____ Given entries

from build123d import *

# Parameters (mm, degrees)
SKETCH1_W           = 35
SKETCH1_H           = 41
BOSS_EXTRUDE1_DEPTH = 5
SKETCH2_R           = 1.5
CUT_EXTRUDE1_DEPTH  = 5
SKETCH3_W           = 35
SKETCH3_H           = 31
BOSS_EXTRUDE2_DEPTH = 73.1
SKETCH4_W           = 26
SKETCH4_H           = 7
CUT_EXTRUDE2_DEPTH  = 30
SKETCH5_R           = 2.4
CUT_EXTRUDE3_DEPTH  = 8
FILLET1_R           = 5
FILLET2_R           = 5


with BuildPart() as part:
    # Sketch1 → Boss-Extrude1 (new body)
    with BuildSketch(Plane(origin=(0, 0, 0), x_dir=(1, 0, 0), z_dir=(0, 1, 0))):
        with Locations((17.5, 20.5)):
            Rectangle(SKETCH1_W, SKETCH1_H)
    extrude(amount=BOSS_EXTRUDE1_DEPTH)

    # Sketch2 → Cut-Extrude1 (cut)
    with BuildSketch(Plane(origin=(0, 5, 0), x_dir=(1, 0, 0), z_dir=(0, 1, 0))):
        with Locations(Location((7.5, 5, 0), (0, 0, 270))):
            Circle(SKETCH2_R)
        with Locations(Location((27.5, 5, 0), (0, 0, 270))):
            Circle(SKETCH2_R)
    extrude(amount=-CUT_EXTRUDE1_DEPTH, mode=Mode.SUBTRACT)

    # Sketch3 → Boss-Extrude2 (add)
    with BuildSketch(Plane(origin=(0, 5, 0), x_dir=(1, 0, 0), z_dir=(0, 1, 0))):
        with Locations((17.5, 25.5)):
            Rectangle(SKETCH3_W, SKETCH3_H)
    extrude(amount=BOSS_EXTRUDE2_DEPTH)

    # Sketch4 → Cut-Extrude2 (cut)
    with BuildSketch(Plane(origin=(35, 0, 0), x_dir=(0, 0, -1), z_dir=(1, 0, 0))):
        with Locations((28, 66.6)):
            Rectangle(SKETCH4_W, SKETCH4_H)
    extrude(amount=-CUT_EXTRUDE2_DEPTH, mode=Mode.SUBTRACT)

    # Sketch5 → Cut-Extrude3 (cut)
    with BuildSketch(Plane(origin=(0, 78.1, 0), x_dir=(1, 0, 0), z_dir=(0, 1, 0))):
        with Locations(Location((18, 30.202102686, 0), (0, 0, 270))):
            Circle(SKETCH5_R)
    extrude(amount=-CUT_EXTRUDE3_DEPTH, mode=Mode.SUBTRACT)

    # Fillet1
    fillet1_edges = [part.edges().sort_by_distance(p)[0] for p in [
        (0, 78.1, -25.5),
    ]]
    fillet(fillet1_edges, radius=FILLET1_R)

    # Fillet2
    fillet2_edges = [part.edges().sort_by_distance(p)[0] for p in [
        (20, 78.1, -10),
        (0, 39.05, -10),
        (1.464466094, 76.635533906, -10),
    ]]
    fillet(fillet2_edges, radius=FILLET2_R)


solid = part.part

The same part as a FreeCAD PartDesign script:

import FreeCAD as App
import Part
import Sketcher
Q = App.Units.Quantity


def edges_at(feature, points):
    """Names of the edges that pass closest to the given points."""
    edges = feature.Shape.Edges
    near = lambda p: min(range(len(edges)), key=lambda i: edges[i].distToShape(Part.Vertex(*p))[0])
    return sorted({f"Edge{near(p) + 1}" for p in points})

doc = App.newDocument("Part")
params = doc.addObject("Spreadsheet::Sheet", "Params")
for row, (alias, value) in enumerate([
    ("sketch1_width", "35 mm"),
    ("sketch1_height", "41 mm"),
    ("pad1_length", "5 mm"),
    ("sketch2_diameter", "3 mm"),
    ("pocket1_length", "5 mm"),
    ("sketch3_width", "35 mm"),
    ("sketch3_height", "31 mm"),
    ("pad2_length", "73.1 mm"),
    ("sketch4_width", "7 mm"),
    ("sketch4_height", "26 mm"),
    ("pocket2_length", "30 mm"),
    ("sketch5_diameter", "4.8 mm"),
    ("pocket3_length", "8 mm"),
    ("fillet_radius", "5 mm"),
    ("fillet2_radius", "5 mm"),
], start=1):
    params.set(f"A{row}", alias)
    params.set(f"B{row}", "=" + value)
    params.setAlias(f"B{row}", alias)

body = doc.addObject("PartDesign::Body", "Body")

# Sketch on XZ plane
sketch1 = body.newObject("Sketcher::SketchObject", "Sketch")
sketch1.AttachmentSupport = (doc.getObject("XZ_Plane"), [""])
sketch1.MapMode = "FlatFace"
sketch1.addGeometry([
    Part.LineSegment(App.Vector(0, -41, 0), App.Vector(0, 0, 0)),
    Part.LineSegment(App.Vector(0, 0, 0), App.Vector(35, 0, 0)),
    Part.LineSegment(App.Vector(35, 0, 0), App.Vector(35, -41, 0)),
    Part.LineSegment(App.Vector(35, -41, 0), App.Vector(0, -41, 0)),
], False)
sketch1.addConstraint([
    Sketcher.Constraint("Coincident", 0, 2, 1, 1),
    Sketcher.Constraint("Coincident", 1, 2, 2, 1),
    Sketcher.Constraint("Coincident", 2, 2, 3, 1),
    Sketcher.Constraint("Coincident", 3, 2, 0, 1),
    Sketcher.Constraint("Vertical", 0),
    Sketcher.Constraint("Horizontal", 1),
    Sketcher.Constraint("Vertical", 2),
    Sketcher.Constraint("Horizontal", 3),
    Sketcher.Constraint("Coincident", 0, 2, -1, 1),
    Sketcher.Constraint("DistanceX", 1, 1, 1, 2, Q("35 mm")),
    Sketcher.Constraint("DistanceY", 0, 1, 0, 2, Q("41 mm")),
])
sketch1.setExpression("Constraints[9]", "Params.sketch1_width")
sketch1.setExpression("Constraints[10]", "Params.sketch1_height")
pad1 = body.newObject("PartDesign::Pad", "Pad")
pad1.Profile = sketch1
pad1.setExpression("Length", "Params.pad1_length")
pad1.Reversed = True

# Sketch on XZ plane
sketch2 = body.newObject("Sketcher::SketchObject", "Sketch001")
sketch2.AttachmentSupport = (doc.getObject("XZ_Plane"), [""])
sketch2.MapMode = "FlatFace"
sketch2.AttachmentOffset = App.Placement(App.Vector(0, 0, -5), App.Rotation())
sketch2.addGeometry([
    Part.Circle(App.Vector(7.5, -5, 0), App.Vector(0, 0, 1), 1.5),
    Part.Circle(App.Vector(27.5, -5, 0), App.Vector(0, 0, 1), 1.5),
], False)
sketch2.addConstraint([
    Sketcher.Constraint("Equal", 0, 1),
    Sketcher.Constraint("Horizontal", 0, 3, 1, 3),
    Sketcher.Constraint("Diameter", 0, Q("3 mm")),
    Sketcher.Constraint("DistanceY", 0, 3, -1, 1, Q("5 mm")),
    Sketcher.Constraint("DistanceX", 0, 3, 1, 3, Q("20 mm")),
    Sketcher.Constraint("DistanceX", -1, 1, 0, 3, Q("7.5 mm")),
])
sketch2.setExpression("Constraints[2]", "Params.sketch2_diameter")
pocket1 = body.newObject("PartDesign::Pocket", "Pocket")
pocket1.Profile = sketch2
pocket1.setExpression("Length", "Params.pocket1_length")
pocket1.Reversed = True

# Sketch on XZ plane
sketch3 = body.newObject("Sketcher::SketchObject", "Sketch002")
sketch3.AttachmentSupport = (doc.getObject("XZ_Plane"), [""])
sketch3.MapMode = "FlatFace"
sketch3.AttachmentOffset = App.Placement(App.Vector(0, 0, -5), App.Rotation())
sketch3.addGeometry([
    Part.LineSegment(App.Vector(0, -41, 0), App.Vector(0, -10, 0)),
    Part.LineSegment(App.Vector(0, -10, 0), App.Vector(35, -10, 0)),
    Part.LineSegment(App.Vector(35, -10, 0), App.Vector(35, -41, 0)),
    Part.LineSegment(App.Vector(35, -41, 0), App.Vector(0, -41, 0)),
], False)
sketch3.addConstraint([
    Sketcher.Constraint("Coincident", 0, 2, 1, 1),
    Sketcher.Constraint("Coincident", 1, 2, 2, 1),
    Sketcher.Constraint("Coincident", 2, 2, 3, 1),
    Sketcher.Constraint("Coincident", 3, 2, 0, 1),
    Sketcher.Constraint("Vertical", 0),
    Sketcher.Constraint("Horizontal", 1),
    Sketcher.Constraint("Vertical", 2),
    Sketcher.Constraint("Horizontal", 3),
    Sketcher.Constraint("PointOnObject", 0, 2, -2),
    Sketcher.Constraint("DistanceX", 1, 1, 1, 2, Q("35 mm")),
    Sketcher.Constraint("DistanceY", 0, 1, 0, 2, Q("31 mm")),
    Sketcher.Constraint("DistanceY", 0, 2, -1, 1, Q("10 mm")),
])
sketch3.setExpression("Constraints[9]", "Params.sketch3_width")
sketch3.setExpression("Constraints[10]", "Params.sketch3_height")
pad2 = body.newObject("PartDesign::Pad", "Pad001")
pad2.Profile = sketch3
pad2.setExpression("Length", "Params.pad2_length")
pad2.Reversed = True

# Sketch on YZ plane
sketch4 = body.newObject("Sketcher::SketchObject", "Sketch003")
sketch4.AttachmentSupport = (doc.getObject("YZ_Plane"), [""])
sketch4.MapMode = "FlatFace"
sketch4.AttachmentOffset = App.Placement(App.Vector(0, 0, 35), App.Rotation())
sketch4.addGeometry([
    Part.LineSegment(App.Vector(70, -15, 0), App.Vector(63, -15, 0)),
    Part.LineSegment(App.Vector(63, -15, 0), App.Vector(63, -41, 0)),
    Part.LineSegment(App.Vector(63, -41, 0), App.Vector(70, -41, 0)),
    Part.LineSegment(App.Vector(70, -41, 0), App.Vector(70, -15, 0)),
], False)
sketch4.addConstraint([
    Sketcher.Constraint("Coincident", 0, 2, 1, 1),
    Sketcher.Constraint("Coincident", 1, 2, 2, 1),
    Sketcher.Constraint("Coincident", 2, 2, 3, 1),
    Sketcher.Constraint("Coincident", 3, 2, 0, 1),
    Sketcher.Constraint("Horizontal", 0),
    Sketcher.Constraint("Vertical", 1),
    Sketcher.Constraint("Horizontal", 2),
    Sketcher.Constraint("Vertical", 3),
    Sketcher.Constraint("DistanceX", 0, 2, 0, 1, Q("7 mm")),
    Sketcher.Constraint("DistanceY", 1, 2, 1, 1, Q("26 mm")),
    Sketcher.Constraint("DistanceY", 0, 2, -1, 1, Q("15 mm")),
    Sketcher.Constraint("DistanceX", -1, 1, 0, 2, Q("63.1 mm")),
])
sketch4.setExpression("Constraints[8]", "Params.sketch4_width")
sketch4.setExpression("Constraints[9]", "Params.sketch4_height")
pocket2 = body.newObject("PartDesign::Pocket", "Pocket001")
pocket2.Profile = sketch4
pocket2.setExpression("Length", "Params.pocket2_length")

# Sketch on XZ plane
sketch5 = body.newObject("Sketcher::SketchObject", "Sketch004")
sketch5.AttachmentSupport = (doc.getObject("XZ_Plane"), [""])
sketch5.MapMode = "FlatFace"
sketch5.AttachmentOffset = App.Placement(App.Vector(0, 0, -78.1), App.Rotation())
sketch5.addGeometry(Part.Circle(App.Vector(18, -30.2, 0), App.Vector(0, 0, 1), 2.4), False)
sketch5.addConstraint([
    Sketcher.Constraint("Diameter", 0, Q("4.8 mm")),
    Sketcher.Constraint("DistanceX", -1, 1, 0, 3, Q("18 mm")),
    Sketcher.Constraint("DistanceY", 0, 3, -1, 1, Q("30.202103 mm")),
])
sketch5.setExpression("Constraints[0]", "Params.sketch5_diameter")
pocket3 = body.newObject("PartDesign::Pocket", "Pocket002")
pocket3.Profile = sketch5
pocket3.setExpression("Length", "Params.pocket3_length")
pocket3.Reversed = True
doc.recompute()

fillet = body.newObject("PartDesign::Fillet", "Fillet")
fillet.Base = (pocket3, edges_at(pocket3, [(0, 78.1, -25.5)]))
fillet.setExpression("Radius", "Params.fillet_radius")
doc.recompute()

fillet2 = body.newObject("PartDesign::Fillet", "Fillet001")
fillet2.Base = (fillet, edges_at(fillet, [(20, 78.1, -10), (0, 39.05, -10), (1.464, 76.636, -10)]))
fillet2.setExpression("Radius", "Params.fillet2_radius")

doc.recompute()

________

About this exercise →
All that is wanted is the stretch of lines above from the one containing "extrude(amount=BOSS_EXTRUDE2_DEPTH)" through the one containing "The same part", duplicated exactly.

Your solution →
    extrude(amount=BOSS_EXTRUDE2_DEPTH)

    # Sketch4 → Cut-Extrude2 (cut)
    with BuildSketch(Plane(origin=(35, 0, 0), x_dir=(0, 0, -1), z_dir=(1, 0, 0))):
        with Locations((28, 66.6)):
            Rectangle(SKETCH4_W, SKETCH4_H)
    extrude(amount=-CUT_EXTRUDE2_DEPTH, mode=Mode.SUBTRACT)

    # Sketch5 → Cut-Extrude3 (cut)
    with BuildSketch(Plane(origin=(0, 78.1, 0), x_dir=(1, 0, 0), z_dir=(0, 1, 0))):
        with Locations(Location((18, 30.202102686, 0), (0, 0, 270))):
            Circle(SKETCH5_R)
    extrude(amount=-CUT_EXTRUDE3_DEPTH, mode=Mode.SUBTRACT)

    # Fillet1
    fillet1_edges = [part.edges().sort_by_distance(p)[0] for p in [
        (0, 78.1, -25.5),
    ]]
    fillet(fillet1_edges, radius=FILLET1_R)

    # Fillet2
    fillet2_edges = [part.edges().sort_by_distance(p)[0] for p in [
        (20, 78.1, -10),
        (0, 39.05, -10),
        (1.464466094, 76.635533906, -10),
    ]]
    fillet(fillet2_edges, radius=FILLET2_R)


solid = part.part

The same part as a FreeCAD PartDesign script:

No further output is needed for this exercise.